どうしても疼痛症状が強い場合は、漢方や消炎鎮痛剤を服用する、湿布や塗り薬などの外用薬を積極的に使用する、あるいは少量の関節内ステロイド注射なども有効に働きます。

へバーデン結節は、多少の個人差はありますが概ね数か月から年単位で痛みの症状そのものが落ち着いていくため、手術の必要性に迫られる、あるいは何が何でも手術を希望されるという患者さんはそれ程多くないのが実情です。

それでも、保存的な治療で症状が改善しない場合、または手指部の変形がひどくなり日常生活に機能的に支障をきたすケースでは、手術療法を検討することになります。

具体的な手術法としては、コブになっている結節部を切除するパターンや関節を固定してしまう方法が取り入れられています。

もう少し詳しく概説すると、でっぱった骨(結節部、骨棘)や水ぶくれ(嚢胞)を切除する関節形成術や、傷んだDIP関節(1番指先の関節)のグラつき(不安定性)を改善させる関節固定術が一般的に行われています。

関節形成術に関しては外観上の所見が改善する長所がありますし、関節固定術は最も機能的に良好で使いやすい位置で関節を固定して術後に痛みも無くなる利点が挙げられます。

ヘバーデン結節はどんな病気なのか/まとめ

いわゆる「へバーデン結節」と呼ばれる病気では、親指や人差し指から小指にかけて、第1関節が赤く腫れあがり、変形して曲がってしまう症状を呈します。

また、第1関節の手のうしろ側(背側)に関節を挟んでふたつのコブ(結節性病変)ができるという特徴があります。

へバーデン結節は、いまだ原因不明の疾患であり中高年齢の女性に比較的頻度が多く認められる病気とされており、手指部の症状のために日常生活に支障をきたすことがあります。

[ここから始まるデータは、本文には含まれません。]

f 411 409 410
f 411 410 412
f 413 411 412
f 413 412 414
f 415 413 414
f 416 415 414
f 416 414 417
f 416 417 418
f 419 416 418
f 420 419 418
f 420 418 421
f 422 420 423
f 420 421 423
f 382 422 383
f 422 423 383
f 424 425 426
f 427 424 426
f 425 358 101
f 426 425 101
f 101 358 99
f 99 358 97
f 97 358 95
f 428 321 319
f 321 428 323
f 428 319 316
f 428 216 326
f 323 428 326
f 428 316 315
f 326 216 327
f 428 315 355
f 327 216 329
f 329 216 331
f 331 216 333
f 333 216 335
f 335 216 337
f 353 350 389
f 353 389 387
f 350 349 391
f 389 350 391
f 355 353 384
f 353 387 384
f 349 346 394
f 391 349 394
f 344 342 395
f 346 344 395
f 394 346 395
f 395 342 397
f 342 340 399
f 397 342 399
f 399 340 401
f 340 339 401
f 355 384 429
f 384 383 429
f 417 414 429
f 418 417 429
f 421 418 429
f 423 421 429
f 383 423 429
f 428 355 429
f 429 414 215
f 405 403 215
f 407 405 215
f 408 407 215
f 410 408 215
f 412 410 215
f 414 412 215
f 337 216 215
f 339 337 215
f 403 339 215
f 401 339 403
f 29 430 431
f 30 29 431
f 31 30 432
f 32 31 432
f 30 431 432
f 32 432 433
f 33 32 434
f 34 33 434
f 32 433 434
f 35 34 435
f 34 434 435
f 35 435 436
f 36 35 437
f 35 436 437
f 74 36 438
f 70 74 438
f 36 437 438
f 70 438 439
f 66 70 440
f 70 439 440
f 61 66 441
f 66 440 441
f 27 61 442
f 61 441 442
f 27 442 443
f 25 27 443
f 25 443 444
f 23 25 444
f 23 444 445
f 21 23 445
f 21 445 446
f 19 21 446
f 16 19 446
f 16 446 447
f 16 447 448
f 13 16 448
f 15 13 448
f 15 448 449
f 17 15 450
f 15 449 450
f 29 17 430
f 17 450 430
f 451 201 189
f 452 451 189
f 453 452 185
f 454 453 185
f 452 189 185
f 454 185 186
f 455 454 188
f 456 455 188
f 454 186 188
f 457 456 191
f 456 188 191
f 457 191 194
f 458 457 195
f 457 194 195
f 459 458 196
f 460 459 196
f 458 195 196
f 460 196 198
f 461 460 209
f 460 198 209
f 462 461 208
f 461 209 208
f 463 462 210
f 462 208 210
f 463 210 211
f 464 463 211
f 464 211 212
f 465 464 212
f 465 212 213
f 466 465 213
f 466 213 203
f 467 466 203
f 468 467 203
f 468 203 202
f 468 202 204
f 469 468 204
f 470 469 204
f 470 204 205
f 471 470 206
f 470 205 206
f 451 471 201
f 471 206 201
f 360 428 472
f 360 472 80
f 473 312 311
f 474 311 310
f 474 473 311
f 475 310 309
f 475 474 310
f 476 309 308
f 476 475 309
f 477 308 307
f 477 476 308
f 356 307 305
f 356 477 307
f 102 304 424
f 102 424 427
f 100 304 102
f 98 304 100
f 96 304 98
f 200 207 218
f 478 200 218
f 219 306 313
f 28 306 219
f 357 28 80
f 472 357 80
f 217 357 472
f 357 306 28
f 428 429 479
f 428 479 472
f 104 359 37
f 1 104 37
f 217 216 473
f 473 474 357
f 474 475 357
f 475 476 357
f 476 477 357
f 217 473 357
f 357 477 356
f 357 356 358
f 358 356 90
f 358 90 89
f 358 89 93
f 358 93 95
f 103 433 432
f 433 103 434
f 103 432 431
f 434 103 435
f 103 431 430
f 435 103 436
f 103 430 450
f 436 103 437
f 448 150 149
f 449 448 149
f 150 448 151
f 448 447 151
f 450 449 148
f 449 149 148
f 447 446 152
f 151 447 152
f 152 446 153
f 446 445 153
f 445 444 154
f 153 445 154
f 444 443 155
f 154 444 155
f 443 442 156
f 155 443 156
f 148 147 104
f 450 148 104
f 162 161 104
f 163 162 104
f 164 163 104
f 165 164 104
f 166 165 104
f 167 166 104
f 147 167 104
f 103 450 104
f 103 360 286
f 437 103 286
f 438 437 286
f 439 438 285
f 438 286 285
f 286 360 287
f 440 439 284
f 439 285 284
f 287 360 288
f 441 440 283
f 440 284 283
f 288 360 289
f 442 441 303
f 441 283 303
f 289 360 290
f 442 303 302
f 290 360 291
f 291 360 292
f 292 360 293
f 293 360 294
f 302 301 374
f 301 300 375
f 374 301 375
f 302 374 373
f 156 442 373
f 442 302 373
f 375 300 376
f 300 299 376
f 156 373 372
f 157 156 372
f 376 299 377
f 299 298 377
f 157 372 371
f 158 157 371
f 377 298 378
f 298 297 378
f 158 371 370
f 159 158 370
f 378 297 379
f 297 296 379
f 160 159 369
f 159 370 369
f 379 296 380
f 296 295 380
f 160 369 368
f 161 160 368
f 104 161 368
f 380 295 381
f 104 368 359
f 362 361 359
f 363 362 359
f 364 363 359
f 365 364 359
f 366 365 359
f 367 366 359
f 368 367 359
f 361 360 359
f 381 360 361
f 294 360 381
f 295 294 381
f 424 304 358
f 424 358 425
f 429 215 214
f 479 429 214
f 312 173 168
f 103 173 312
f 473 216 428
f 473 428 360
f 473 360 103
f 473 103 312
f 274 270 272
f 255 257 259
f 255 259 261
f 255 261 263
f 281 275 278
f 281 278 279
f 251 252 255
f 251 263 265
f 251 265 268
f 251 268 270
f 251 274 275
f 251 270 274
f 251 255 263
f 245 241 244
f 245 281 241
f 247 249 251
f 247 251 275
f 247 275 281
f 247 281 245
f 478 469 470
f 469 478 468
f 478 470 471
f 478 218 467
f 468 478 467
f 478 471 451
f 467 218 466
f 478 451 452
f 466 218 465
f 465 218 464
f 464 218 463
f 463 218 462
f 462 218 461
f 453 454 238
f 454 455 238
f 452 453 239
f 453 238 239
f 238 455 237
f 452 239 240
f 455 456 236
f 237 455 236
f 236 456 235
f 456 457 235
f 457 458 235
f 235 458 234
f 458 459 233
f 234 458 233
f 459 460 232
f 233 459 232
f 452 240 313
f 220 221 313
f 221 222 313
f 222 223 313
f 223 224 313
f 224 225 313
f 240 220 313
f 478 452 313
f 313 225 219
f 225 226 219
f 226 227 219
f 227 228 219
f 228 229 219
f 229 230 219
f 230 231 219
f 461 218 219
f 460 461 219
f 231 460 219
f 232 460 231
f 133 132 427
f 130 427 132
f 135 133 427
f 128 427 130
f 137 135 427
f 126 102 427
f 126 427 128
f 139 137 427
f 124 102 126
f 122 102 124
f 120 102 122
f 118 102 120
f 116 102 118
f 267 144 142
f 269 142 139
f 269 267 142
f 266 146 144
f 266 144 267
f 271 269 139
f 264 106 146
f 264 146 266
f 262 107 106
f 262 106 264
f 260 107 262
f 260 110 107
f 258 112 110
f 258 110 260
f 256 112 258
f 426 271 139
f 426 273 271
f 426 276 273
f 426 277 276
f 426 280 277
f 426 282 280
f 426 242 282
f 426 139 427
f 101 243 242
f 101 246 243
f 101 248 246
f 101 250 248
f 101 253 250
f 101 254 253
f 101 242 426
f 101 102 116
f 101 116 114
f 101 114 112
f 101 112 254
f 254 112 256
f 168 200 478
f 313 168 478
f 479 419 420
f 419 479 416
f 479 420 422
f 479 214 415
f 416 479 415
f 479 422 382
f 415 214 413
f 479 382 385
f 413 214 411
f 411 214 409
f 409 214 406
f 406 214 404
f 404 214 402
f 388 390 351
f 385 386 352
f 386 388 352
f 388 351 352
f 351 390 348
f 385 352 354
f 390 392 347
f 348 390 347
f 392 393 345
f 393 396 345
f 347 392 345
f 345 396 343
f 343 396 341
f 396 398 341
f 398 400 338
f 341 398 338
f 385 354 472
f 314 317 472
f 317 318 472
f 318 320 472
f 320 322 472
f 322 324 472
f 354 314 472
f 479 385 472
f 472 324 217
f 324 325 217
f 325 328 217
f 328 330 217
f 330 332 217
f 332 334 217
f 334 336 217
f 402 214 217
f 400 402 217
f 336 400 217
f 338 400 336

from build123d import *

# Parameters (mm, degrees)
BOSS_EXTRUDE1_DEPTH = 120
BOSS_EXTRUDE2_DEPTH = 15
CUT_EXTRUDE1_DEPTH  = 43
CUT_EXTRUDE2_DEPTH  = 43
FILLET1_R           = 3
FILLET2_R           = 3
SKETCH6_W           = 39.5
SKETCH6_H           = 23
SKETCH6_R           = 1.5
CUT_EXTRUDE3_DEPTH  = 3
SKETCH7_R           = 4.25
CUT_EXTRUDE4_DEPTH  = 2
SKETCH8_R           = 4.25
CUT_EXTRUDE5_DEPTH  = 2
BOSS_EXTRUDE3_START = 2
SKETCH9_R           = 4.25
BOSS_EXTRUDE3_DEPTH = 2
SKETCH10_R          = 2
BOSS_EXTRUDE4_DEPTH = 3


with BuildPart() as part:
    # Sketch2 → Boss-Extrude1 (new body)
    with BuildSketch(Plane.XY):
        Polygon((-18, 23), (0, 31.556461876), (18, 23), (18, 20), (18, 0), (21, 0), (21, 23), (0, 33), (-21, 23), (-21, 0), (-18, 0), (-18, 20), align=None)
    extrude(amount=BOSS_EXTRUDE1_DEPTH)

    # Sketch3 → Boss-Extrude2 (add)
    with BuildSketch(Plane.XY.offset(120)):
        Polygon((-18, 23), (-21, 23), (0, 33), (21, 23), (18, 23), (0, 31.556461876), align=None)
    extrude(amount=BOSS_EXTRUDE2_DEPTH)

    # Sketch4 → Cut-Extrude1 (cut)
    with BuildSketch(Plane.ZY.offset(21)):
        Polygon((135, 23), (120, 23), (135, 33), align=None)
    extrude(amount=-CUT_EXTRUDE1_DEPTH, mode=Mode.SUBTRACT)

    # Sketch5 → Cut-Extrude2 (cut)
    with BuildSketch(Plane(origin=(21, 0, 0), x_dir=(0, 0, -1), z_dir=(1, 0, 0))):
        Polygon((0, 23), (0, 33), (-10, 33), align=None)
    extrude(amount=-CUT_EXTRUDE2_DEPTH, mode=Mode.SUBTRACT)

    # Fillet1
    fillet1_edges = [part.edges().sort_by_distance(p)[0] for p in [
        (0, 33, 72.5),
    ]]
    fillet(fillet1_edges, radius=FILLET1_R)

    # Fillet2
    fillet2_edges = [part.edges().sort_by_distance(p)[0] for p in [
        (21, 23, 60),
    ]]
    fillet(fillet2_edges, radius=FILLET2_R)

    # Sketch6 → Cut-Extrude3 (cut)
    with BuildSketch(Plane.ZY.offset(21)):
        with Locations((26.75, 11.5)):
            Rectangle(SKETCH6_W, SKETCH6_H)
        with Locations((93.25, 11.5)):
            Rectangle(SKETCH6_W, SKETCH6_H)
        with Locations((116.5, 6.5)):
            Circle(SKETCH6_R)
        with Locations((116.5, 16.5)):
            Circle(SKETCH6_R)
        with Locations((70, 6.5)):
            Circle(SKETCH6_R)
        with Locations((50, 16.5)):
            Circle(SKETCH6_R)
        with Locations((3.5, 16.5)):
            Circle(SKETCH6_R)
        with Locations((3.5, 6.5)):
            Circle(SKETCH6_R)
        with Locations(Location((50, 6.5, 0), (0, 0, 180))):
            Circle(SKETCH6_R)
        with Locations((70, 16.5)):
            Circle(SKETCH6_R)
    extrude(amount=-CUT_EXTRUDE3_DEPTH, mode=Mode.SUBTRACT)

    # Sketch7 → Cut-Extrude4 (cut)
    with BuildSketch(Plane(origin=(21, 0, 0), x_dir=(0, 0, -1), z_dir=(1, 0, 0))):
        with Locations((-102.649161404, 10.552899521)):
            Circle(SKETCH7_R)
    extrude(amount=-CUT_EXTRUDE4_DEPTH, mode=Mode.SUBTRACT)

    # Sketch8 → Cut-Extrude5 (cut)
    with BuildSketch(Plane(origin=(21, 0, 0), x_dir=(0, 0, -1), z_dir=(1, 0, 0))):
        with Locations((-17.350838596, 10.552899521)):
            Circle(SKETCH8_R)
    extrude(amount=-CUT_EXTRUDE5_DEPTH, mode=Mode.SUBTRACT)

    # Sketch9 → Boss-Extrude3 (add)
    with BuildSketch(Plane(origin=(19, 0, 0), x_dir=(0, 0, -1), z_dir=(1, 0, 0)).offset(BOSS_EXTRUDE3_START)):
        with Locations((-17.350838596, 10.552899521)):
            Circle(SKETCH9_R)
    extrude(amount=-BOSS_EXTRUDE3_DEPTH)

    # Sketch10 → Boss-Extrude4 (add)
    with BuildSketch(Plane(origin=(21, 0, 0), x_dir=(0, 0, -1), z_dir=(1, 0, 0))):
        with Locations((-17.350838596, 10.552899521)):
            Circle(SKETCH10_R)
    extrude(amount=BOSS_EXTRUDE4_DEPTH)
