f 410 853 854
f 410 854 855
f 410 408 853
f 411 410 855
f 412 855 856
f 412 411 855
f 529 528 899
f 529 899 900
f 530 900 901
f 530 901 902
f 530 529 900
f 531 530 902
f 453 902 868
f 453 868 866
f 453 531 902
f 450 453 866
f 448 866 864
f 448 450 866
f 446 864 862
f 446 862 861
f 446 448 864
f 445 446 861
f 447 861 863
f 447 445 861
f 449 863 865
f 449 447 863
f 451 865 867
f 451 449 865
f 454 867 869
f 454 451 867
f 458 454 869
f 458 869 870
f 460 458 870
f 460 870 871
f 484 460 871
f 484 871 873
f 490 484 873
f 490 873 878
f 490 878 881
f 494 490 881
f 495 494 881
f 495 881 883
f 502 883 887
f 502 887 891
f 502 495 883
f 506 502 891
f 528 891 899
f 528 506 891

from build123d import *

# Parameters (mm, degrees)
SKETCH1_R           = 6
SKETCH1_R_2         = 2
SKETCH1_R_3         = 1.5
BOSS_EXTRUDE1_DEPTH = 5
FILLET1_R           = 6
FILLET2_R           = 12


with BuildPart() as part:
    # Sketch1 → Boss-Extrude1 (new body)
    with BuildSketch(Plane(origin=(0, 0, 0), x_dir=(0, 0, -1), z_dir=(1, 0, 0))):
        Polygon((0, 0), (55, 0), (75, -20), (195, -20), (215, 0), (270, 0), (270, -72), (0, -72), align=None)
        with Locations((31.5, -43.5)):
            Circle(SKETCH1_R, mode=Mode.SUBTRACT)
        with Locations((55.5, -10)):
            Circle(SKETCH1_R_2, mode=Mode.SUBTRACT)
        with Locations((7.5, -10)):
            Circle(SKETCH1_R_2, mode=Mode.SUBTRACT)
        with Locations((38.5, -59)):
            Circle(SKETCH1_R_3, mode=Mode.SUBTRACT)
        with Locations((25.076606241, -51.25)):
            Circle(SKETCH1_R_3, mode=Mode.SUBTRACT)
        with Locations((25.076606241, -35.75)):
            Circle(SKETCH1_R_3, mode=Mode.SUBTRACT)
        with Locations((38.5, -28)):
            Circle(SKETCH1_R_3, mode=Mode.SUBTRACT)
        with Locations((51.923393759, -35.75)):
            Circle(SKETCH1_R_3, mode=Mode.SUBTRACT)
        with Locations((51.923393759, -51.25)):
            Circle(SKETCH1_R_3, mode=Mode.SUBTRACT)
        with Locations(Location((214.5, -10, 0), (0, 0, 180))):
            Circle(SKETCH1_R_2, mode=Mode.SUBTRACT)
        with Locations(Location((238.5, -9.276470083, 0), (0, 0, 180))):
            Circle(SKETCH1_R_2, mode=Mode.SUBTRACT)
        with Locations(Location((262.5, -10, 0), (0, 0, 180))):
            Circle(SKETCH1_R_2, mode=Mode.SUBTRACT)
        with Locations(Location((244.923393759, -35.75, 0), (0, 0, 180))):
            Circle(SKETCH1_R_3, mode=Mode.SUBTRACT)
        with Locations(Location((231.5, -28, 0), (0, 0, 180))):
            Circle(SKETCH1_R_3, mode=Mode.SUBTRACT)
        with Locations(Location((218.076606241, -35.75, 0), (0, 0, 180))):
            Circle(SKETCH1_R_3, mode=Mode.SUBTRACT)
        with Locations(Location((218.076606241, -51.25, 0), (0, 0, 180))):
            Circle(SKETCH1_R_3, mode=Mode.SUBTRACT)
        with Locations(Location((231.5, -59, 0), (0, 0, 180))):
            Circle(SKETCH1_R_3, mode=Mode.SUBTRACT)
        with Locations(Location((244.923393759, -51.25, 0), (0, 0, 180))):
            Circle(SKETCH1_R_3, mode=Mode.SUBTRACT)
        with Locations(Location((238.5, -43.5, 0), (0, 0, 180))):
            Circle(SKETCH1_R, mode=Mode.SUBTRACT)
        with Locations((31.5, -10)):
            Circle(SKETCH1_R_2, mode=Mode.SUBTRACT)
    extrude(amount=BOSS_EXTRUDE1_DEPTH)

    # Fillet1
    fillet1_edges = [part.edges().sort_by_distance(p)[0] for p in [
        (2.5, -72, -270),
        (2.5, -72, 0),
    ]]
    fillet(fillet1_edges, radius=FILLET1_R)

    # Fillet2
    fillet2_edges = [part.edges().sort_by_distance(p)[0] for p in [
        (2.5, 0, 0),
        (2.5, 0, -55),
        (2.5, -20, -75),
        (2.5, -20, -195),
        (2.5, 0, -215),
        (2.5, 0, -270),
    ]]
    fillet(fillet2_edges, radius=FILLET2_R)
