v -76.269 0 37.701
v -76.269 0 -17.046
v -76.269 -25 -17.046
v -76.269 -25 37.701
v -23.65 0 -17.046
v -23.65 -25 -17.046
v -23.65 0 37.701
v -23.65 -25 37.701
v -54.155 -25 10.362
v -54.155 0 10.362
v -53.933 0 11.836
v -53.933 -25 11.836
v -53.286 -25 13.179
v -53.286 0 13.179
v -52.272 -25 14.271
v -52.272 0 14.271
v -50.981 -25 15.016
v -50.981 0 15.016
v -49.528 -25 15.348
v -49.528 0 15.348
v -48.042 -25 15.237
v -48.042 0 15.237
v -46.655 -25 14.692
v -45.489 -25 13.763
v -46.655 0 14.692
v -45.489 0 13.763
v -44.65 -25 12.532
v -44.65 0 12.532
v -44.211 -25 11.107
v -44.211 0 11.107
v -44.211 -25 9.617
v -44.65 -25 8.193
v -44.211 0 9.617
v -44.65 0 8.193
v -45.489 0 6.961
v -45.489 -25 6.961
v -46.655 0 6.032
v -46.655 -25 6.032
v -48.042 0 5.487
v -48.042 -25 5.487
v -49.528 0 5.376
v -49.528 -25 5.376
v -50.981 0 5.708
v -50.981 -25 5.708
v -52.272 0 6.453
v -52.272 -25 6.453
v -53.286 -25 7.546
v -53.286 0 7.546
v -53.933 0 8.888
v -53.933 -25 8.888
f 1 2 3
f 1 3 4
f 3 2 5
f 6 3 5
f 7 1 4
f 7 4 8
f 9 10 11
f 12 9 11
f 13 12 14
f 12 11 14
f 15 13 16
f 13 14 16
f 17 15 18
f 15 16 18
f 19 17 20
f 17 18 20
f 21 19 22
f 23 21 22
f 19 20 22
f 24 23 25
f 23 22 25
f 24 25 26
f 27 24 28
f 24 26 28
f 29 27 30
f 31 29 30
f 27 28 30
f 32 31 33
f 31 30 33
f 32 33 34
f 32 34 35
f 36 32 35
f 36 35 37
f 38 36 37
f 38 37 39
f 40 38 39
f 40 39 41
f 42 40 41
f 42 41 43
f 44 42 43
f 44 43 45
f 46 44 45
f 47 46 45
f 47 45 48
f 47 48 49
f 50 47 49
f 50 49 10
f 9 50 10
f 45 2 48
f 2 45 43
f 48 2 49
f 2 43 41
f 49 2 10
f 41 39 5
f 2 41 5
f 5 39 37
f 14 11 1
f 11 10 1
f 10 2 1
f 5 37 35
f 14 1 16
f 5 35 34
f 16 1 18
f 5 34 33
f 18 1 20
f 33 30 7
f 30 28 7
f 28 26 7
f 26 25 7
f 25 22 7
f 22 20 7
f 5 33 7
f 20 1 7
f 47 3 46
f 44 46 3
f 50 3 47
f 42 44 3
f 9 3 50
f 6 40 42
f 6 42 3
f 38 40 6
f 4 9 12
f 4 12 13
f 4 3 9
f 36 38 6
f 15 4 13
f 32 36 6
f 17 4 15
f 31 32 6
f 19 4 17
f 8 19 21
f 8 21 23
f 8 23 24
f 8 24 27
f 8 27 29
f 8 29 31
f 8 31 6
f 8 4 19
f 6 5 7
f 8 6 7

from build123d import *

# Parameters (mm, degrees)
F0_W           = 144.8953971267
F0_H           = 132.3546804488
F1_DEPTH       = 25
F3_W           = 52.6192765683
F3_H           = 54.747434333
F4_DEPTH       = 25
F6_D           = 10
F6_DEPTH       = 50
F6_CBORE_D     = 10
F6_CBORE_DEPTH = 5
F6_TIP         = 3.0043030951


with BuildPart() as f1:
    # F0 (on Front) → F1 (new body)
    with BuildSketch(Plane.XZ):
        with Locations((-90.7013751566, -26.4289211482)):
            Rectangle(F0_W, F0_H)
    extrude(amount=F1_DEPTH)


with BuildPart() as f4:
    # F3 (on Front) → F4 (new body)
    with BuildSketch(Plane.XZ):
        with Locations((-49.9591687694, 10.3274388239)):
            Rectangle(F3_W, F3_H)
    extrude(amount=F4_DEPTH)

    # F6
    with Locations(Plane.XZ.offset(25)):
        with Locations((-49.1547472775, 10.3621119633)):
            CounterBoreHole(F6_D / 2, F6_CBORE_D / 2, F6_CBORE_DEPTH, depth=F6_DEPTH)
            with Locations((0, 0, -(F6_DEPTH + F6_TIP / 2))):  # 118° drill point
                Cone(0, F6_D / 2, F6_TIP, mode=Mode.SUBTRACT)


solid = f4.part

痛みや症状がひどくなって心配して医療機関を訪れる患者さんが多いようです。

指が痛むという症状を我慢しておられる方がおられるようですが、少しでも心配であれば整形外科などのクリニックや病院を受診して相談してみられてはいかがでしょうか。

専門医による診察や画像検査、血液検査などを実施することで、関節リウマチなど他の類似疾患との鑑別を行うこともできますし、本疾患の治療はもちろん、症状の解消法などのアドバイスを期待できるでしょう。

今回の記事の情報が少しでも参考になれば幸いです。